Proof of 2: Let $N=n-1$. We identify one person as $N$ and the others with $\{0,1,\ldots,N-1\}$ and work in arithmetic modulo $N$.
For each pair $(a,b)$ with $0 \leq a< b < N$, we define a configuration $C_{a,b}$ in which the neighbors of $x$ are $a-x$ and $b-x$. Also notice that when $N$ is odd, both $a/2$ and $b/2$ really have only one neighbor, therefore in this case, we make them both adjacent to $N$ in $C_{a,b}$ (idea of David Speyer).
We have considered the union of the two matchings $\{(x,a-x)\}$ and $\{(x,b-x)\}$. In general, this union need not be a hamiltonian cycle (which we want a configuration to be).
Claim: If $gcd(a-b,N)=1$, then $C_{a,b}$ is a valid cyclic permutation.
To prove the claim, let's consider the following edge coloring of the complete graph $K_N$: the edge $\{x,y\}$ is labeled by $x+y$. Notice that this is a proper edge coloring, i.e. no two edges get the same color.
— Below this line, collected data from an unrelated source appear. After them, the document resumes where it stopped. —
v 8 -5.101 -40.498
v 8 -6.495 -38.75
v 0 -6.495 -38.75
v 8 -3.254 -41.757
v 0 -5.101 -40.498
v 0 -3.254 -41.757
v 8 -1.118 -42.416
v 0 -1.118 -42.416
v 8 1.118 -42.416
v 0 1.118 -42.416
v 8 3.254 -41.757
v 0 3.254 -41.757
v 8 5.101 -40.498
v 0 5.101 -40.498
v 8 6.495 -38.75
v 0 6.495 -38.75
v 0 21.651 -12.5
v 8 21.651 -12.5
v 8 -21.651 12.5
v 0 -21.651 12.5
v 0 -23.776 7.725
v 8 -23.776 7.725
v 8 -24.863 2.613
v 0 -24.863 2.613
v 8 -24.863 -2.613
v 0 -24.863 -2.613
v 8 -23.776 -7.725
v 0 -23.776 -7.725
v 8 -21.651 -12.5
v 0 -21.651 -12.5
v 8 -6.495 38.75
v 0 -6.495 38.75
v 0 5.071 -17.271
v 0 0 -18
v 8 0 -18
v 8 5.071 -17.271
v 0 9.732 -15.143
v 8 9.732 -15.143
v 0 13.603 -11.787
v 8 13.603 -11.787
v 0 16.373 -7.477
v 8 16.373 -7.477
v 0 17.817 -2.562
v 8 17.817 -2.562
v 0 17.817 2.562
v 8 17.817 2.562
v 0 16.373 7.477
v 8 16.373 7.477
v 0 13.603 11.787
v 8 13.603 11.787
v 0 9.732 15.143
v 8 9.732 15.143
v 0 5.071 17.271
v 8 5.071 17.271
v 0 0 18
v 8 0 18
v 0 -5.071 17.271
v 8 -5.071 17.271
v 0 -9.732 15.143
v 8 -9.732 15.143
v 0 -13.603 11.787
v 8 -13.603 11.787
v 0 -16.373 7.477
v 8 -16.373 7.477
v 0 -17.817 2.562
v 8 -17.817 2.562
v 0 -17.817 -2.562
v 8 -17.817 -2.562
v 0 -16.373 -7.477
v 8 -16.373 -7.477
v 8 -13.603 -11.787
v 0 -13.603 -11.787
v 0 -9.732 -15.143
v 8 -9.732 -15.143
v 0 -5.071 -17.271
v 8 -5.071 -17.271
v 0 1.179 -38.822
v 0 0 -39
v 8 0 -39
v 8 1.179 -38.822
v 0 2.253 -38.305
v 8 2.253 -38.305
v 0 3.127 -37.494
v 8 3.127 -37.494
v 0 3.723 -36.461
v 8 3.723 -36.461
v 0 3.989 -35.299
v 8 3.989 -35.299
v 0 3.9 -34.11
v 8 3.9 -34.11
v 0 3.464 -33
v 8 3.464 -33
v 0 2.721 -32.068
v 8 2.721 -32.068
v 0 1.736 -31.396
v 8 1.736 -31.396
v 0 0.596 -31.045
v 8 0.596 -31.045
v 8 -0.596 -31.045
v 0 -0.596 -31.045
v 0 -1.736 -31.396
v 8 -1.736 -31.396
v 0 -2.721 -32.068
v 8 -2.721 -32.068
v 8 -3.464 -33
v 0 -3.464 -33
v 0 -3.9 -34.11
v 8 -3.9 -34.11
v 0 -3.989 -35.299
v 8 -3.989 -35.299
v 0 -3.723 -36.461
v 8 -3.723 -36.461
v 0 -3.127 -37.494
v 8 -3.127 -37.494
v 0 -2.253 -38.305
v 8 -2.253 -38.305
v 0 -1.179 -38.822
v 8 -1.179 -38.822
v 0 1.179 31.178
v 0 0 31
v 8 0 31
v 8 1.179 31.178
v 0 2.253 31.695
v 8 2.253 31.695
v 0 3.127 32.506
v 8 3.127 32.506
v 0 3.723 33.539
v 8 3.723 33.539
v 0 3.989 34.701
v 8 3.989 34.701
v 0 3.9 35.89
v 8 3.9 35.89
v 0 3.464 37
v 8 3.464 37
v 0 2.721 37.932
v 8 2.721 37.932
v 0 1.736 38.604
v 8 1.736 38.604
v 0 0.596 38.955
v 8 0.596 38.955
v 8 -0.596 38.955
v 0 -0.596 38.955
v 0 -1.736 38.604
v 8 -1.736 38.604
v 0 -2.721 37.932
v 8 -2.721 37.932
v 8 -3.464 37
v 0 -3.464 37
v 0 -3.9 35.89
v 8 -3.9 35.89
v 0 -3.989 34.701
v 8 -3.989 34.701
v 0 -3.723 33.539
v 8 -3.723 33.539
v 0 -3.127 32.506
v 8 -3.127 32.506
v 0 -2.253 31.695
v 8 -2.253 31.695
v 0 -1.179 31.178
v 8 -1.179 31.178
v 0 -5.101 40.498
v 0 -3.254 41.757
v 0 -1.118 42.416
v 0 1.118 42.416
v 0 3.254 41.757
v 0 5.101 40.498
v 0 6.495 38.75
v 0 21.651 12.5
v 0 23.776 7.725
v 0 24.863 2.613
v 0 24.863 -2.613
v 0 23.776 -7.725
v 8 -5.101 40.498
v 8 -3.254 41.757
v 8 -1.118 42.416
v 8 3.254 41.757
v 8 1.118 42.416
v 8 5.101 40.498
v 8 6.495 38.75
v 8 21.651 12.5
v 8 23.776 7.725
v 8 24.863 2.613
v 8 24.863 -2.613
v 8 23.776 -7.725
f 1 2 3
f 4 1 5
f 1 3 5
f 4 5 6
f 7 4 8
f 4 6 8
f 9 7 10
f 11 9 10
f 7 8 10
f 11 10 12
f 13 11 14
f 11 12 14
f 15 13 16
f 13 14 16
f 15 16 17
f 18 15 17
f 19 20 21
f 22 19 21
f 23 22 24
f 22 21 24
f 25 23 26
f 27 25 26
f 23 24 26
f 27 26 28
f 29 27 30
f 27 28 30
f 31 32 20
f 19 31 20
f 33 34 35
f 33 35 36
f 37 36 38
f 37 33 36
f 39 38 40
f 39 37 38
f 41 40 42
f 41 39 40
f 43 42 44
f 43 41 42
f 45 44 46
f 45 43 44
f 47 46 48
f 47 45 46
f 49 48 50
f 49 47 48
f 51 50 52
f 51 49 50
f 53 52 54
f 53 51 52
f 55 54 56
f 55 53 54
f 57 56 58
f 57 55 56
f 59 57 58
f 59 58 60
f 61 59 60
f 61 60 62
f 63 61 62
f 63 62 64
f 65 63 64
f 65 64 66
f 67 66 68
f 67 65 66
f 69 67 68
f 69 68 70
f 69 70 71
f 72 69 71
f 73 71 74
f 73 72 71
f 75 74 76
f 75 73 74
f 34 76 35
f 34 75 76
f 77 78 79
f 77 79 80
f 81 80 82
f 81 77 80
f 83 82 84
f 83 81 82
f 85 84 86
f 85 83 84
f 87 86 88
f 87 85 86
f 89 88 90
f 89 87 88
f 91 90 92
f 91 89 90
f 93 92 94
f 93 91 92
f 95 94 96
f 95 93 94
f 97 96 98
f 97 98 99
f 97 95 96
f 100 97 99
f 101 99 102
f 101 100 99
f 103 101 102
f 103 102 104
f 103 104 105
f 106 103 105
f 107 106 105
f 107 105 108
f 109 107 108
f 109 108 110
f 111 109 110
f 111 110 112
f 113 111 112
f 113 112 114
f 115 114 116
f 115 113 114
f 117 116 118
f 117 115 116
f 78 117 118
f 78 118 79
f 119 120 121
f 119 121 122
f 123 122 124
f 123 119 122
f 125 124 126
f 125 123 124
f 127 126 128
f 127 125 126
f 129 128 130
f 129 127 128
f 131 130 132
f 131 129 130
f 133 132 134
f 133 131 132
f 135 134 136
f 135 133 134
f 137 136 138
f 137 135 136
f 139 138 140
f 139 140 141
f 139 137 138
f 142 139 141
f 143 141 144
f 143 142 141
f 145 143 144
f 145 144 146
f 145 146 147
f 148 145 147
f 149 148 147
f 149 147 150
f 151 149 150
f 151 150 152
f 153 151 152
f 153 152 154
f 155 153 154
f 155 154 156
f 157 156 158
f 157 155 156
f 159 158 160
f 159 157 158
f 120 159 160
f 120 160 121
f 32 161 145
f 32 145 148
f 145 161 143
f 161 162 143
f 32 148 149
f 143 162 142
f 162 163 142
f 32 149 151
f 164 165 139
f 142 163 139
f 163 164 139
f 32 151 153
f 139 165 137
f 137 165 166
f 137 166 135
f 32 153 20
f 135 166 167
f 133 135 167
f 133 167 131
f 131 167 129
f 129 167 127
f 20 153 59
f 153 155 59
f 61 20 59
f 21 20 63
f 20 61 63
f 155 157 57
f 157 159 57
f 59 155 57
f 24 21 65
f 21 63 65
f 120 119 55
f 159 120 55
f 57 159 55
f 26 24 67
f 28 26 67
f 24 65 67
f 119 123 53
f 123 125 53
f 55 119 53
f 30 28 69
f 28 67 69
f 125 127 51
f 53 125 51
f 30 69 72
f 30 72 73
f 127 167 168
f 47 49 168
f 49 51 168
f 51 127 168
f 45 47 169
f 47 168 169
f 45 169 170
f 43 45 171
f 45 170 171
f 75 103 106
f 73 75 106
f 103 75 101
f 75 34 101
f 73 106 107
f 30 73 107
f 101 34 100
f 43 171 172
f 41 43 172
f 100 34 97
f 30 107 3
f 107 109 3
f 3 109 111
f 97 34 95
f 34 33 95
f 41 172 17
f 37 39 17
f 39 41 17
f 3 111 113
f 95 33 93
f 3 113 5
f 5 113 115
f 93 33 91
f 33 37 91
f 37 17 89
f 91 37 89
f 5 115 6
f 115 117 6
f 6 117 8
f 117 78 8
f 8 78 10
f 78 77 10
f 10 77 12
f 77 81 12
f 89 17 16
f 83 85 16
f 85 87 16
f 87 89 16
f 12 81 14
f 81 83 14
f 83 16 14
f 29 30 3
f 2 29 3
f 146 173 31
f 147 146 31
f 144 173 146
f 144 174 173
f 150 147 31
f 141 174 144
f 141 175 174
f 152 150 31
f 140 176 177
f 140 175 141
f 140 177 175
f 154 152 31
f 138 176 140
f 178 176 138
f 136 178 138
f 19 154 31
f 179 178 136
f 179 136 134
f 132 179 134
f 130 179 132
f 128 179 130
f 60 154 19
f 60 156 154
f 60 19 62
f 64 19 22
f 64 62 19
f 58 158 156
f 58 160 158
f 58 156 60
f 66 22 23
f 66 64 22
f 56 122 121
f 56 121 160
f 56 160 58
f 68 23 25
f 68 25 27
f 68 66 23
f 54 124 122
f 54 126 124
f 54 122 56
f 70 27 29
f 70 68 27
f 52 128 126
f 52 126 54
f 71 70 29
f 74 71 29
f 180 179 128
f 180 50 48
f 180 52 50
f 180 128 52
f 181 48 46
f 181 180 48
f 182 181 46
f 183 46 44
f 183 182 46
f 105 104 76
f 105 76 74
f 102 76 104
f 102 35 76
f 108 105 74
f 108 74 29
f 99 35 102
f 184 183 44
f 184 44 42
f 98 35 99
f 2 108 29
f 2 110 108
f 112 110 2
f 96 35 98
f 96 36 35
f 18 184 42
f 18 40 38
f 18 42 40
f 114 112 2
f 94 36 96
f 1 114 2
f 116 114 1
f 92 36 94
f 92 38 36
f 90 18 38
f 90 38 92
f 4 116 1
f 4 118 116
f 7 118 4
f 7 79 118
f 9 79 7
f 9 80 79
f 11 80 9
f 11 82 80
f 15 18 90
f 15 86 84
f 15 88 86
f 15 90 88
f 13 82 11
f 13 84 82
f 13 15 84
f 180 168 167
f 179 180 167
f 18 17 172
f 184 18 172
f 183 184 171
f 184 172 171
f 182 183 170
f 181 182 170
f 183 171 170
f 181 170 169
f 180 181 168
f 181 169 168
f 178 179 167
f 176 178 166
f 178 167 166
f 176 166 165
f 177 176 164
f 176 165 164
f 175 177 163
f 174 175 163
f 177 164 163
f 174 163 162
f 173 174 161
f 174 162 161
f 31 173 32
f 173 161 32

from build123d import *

# Parameters (mm, degrees)
SKETCH1_R           = 4
SKETCH1_R_2         = 18
BOSS_EXTRUDE1_DEPTH = 8


with BuildPart() as part:
    # Sketch1 → Boss-Extrude1 (new body)
    with BuildSketch(Plane(origin=(0, 0, 0), x_dir=(0, 0, -1), z_dir=(1, 0, 0))):
        with BuildLine():
            ThreePointArc((-38.75, 6.495190528), (-42.5, 0), (-38.75, -6.495190528))
            Line((-38.75, -6.495190528), (-12.5, -21.650635095))
            ThreePointArc((-12.5, -21.650635095), (0, -25), (12.5, -21.650635095))
            Line((12.5, -21.650635095), (38.75, -6.495190528))
            ThreePointArc((38.75, -6.495190528), (42.5, 0), (38.75, 6.495190528))
            Line((38.75, 6.495190528), (12.5, 21.650635095))
            ThreePointArc((12.5, 21.650635095), (0, 25), (-12.5, 21.650635095))
            Line((-12.5, 21.650635095), (-38.75, 6.495190528))
        make_face()
        with Locations((-35, 0)):
            Circle(SKETCH1_R, mode=Mode.SUBTRACT)
        Circle(SKETCH1_R_2, mode=Mode.SUBTRACT)
        with Locations((35, 0)):
            Circle(SKETCH1_R, mode=Mode.SUBTRACT)
    extrude(amount=BOSS_EXTRUDE1_DEPTH)


solid = part.part
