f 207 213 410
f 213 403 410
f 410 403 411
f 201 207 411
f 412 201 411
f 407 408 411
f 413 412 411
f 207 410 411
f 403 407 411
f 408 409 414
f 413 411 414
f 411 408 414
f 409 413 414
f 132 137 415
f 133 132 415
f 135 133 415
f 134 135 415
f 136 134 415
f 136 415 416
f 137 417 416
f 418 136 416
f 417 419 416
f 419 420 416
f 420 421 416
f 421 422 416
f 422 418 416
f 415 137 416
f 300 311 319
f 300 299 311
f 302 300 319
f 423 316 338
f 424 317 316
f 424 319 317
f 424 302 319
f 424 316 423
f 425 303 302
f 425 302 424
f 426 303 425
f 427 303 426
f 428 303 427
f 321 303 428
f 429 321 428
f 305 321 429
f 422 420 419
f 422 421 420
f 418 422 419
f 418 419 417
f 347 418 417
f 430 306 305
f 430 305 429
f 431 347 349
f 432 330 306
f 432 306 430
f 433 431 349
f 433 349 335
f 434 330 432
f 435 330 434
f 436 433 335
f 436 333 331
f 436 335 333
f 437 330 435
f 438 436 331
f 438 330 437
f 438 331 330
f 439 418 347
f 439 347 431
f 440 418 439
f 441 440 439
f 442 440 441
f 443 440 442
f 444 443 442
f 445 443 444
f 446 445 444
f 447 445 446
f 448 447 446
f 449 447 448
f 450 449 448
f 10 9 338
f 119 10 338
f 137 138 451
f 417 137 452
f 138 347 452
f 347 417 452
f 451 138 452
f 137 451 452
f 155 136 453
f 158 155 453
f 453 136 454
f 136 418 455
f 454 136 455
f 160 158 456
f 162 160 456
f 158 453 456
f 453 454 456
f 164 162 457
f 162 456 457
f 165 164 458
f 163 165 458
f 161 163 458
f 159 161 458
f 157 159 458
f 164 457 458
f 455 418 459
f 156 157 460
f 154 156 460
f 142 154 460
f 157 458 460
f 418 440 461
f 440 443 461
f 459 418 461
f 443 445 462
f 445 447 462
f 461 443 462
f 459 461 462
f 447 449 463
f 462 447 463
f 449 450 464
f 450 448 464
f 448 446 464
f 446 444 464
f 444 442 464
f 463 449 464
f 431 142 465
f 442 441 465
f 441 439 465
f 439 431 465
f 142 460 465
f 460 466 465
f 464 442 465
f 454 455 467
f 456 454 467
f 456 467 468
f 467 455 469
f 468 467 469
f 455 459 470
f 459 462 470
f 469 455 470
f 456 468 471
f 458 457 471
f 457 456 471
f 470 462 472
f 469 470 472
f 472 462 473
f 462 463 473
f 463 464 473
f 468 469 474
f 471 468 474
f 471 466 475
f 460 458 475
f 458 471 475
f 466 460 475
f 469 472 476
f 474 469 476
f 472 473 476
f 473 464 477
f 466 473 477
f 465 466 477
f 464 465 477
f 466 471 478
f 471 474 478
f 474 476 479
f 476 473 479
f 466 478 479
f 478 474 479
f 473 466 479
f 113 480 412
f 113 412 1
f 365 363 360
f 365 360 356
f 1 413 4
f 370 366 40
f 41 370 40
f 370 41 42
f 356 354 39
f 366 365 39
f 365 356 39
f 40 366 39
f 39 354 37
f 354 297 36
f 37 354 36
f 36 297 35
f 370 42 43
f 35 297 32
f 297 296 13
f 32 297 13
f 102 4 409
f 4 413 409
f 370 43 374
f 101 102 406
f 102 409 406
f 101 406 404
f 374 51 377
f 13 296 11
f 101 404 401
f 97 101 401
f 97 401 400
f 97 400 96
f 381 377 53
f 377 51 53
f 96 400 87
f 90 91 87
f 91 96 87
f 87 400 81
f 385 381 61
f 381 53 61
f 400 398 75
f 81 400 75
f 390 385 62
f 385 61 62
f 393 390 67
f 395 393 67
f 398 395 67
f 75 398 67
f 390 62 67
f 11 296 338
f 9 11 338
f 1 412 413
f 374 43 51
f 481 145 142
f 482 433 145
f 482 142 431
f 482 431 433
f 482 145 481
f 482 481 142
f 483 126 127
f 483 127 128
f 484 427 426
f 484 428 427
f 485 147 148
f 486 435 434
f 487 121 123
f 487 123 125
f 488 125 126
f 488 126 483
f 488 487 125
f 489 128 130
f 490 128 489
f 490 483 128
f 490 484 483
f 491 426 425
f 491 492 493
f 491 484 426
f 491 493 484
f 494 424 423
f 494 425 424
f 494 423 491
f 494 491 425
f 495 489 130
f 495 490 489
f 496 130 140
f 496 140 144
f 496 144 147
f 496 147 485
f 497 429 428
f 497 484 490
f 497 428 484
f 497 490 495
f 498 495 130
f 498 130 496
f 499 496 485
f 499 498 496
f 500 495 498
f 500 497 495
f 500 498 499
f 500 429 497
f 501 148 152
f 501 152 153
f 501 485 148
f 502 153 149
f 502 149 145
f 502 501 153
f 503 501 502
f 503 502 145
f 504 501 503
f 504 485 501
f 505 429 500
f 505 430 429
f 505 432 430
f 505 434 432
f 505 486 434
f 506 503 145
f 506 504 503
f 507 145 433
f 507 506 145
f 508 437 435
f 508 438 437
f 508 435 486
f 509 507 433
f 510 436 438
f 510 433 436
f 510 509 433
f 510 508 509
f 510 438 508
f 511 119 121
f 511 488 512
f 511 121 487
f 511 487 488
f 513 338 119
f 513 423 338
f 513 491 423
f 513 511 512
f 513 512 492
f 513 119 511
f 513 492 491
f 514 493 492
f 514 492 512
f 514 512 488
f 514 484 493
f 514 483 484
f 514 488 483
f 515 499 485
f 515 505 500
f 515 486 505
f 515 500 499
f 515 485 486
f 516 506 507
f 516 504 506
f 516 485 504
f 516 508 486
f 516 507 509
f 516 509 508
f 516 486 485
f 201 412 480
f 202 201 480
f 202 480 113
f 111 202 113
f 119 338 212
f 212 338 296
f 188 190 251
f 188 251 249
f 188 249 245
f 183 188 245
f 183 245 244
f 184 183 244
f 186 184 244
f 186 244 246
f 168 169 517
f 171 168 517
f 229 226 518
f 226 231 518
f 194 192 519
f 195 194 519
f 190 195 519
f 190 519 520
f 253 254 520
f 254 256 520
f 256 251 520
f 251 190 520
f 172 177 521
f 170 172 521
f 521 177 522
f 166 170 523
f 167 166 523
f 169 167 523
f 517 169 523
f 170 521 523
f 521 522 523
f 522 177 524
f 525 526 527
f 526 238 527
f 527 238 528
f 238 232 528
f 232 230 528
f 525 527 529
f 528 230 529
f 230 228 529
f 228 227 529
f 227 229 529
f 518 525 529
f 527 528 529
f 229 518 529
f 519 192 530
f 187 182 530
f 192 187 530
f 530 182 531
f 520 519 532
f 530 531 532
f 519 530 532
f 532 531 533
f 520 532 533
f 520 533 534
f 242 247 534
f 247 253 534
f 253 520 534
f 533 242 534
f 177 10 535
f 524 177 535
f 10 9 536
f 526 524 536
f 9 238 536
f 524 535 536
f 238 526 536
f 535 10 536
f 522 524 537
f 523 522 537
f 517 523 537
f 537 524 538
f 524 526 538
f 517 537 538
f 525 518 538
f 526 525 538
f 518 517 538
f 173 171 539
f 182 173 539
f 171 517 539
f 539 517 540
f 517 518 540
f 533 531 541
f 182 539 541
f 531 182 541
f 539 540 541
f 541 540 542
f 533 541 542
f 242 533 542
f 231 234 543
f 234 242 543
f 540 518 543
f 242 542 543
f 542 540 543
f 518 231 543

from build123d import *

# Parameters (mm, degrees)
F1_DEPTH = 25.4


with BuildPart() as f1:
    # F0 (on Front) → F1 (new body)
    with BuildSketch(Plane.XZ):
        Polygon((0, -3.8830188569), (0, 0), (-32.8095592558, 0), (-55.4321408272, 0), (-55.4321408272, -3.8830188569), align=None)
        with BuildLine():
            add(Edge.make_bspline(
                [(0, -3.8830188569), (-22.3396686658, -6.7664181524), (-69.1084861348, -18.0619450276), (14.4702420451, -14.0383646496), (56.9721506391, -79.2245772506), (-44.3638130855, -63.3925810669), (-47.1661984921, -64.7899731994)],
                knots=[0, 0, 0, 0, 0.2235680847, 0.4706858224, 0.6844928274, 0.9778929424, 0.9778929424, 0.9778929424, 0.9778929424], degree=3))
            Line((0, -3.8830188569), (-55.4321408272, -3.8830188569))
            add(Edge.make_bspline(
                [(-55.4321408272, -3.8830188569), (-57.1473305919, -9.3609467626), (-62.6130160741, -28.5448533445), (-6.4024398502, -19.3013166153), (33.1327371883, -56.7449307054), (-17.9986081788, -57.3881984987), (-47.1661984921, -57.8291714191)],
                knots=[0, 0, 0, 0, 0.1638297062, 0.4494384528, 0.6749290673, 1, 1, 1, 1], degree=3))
Now consider the subgraph induced by two color classes, $a,b$. Suppose that this subgraph has a cycle, say $x_1,x_2,\ldots,x_{2k}$. Then $x_1-x_3=a-b,\ldots,x_{2k-1}-x_1=a-b$. Adding these up, we get: $k(a-b)=0$. Since $k<N$, we must have $gcd(a-b,N)>1$. This shows that when $gcd(a-b,N)=1$, the union of the two color classes $a,b$ forms a Hamiltonian path between $a/2$ and $b/2$.
Counting: The number of configurations is $\sum_{gcd(d,N)=1} (N-d)=N\varphi(N)/2$.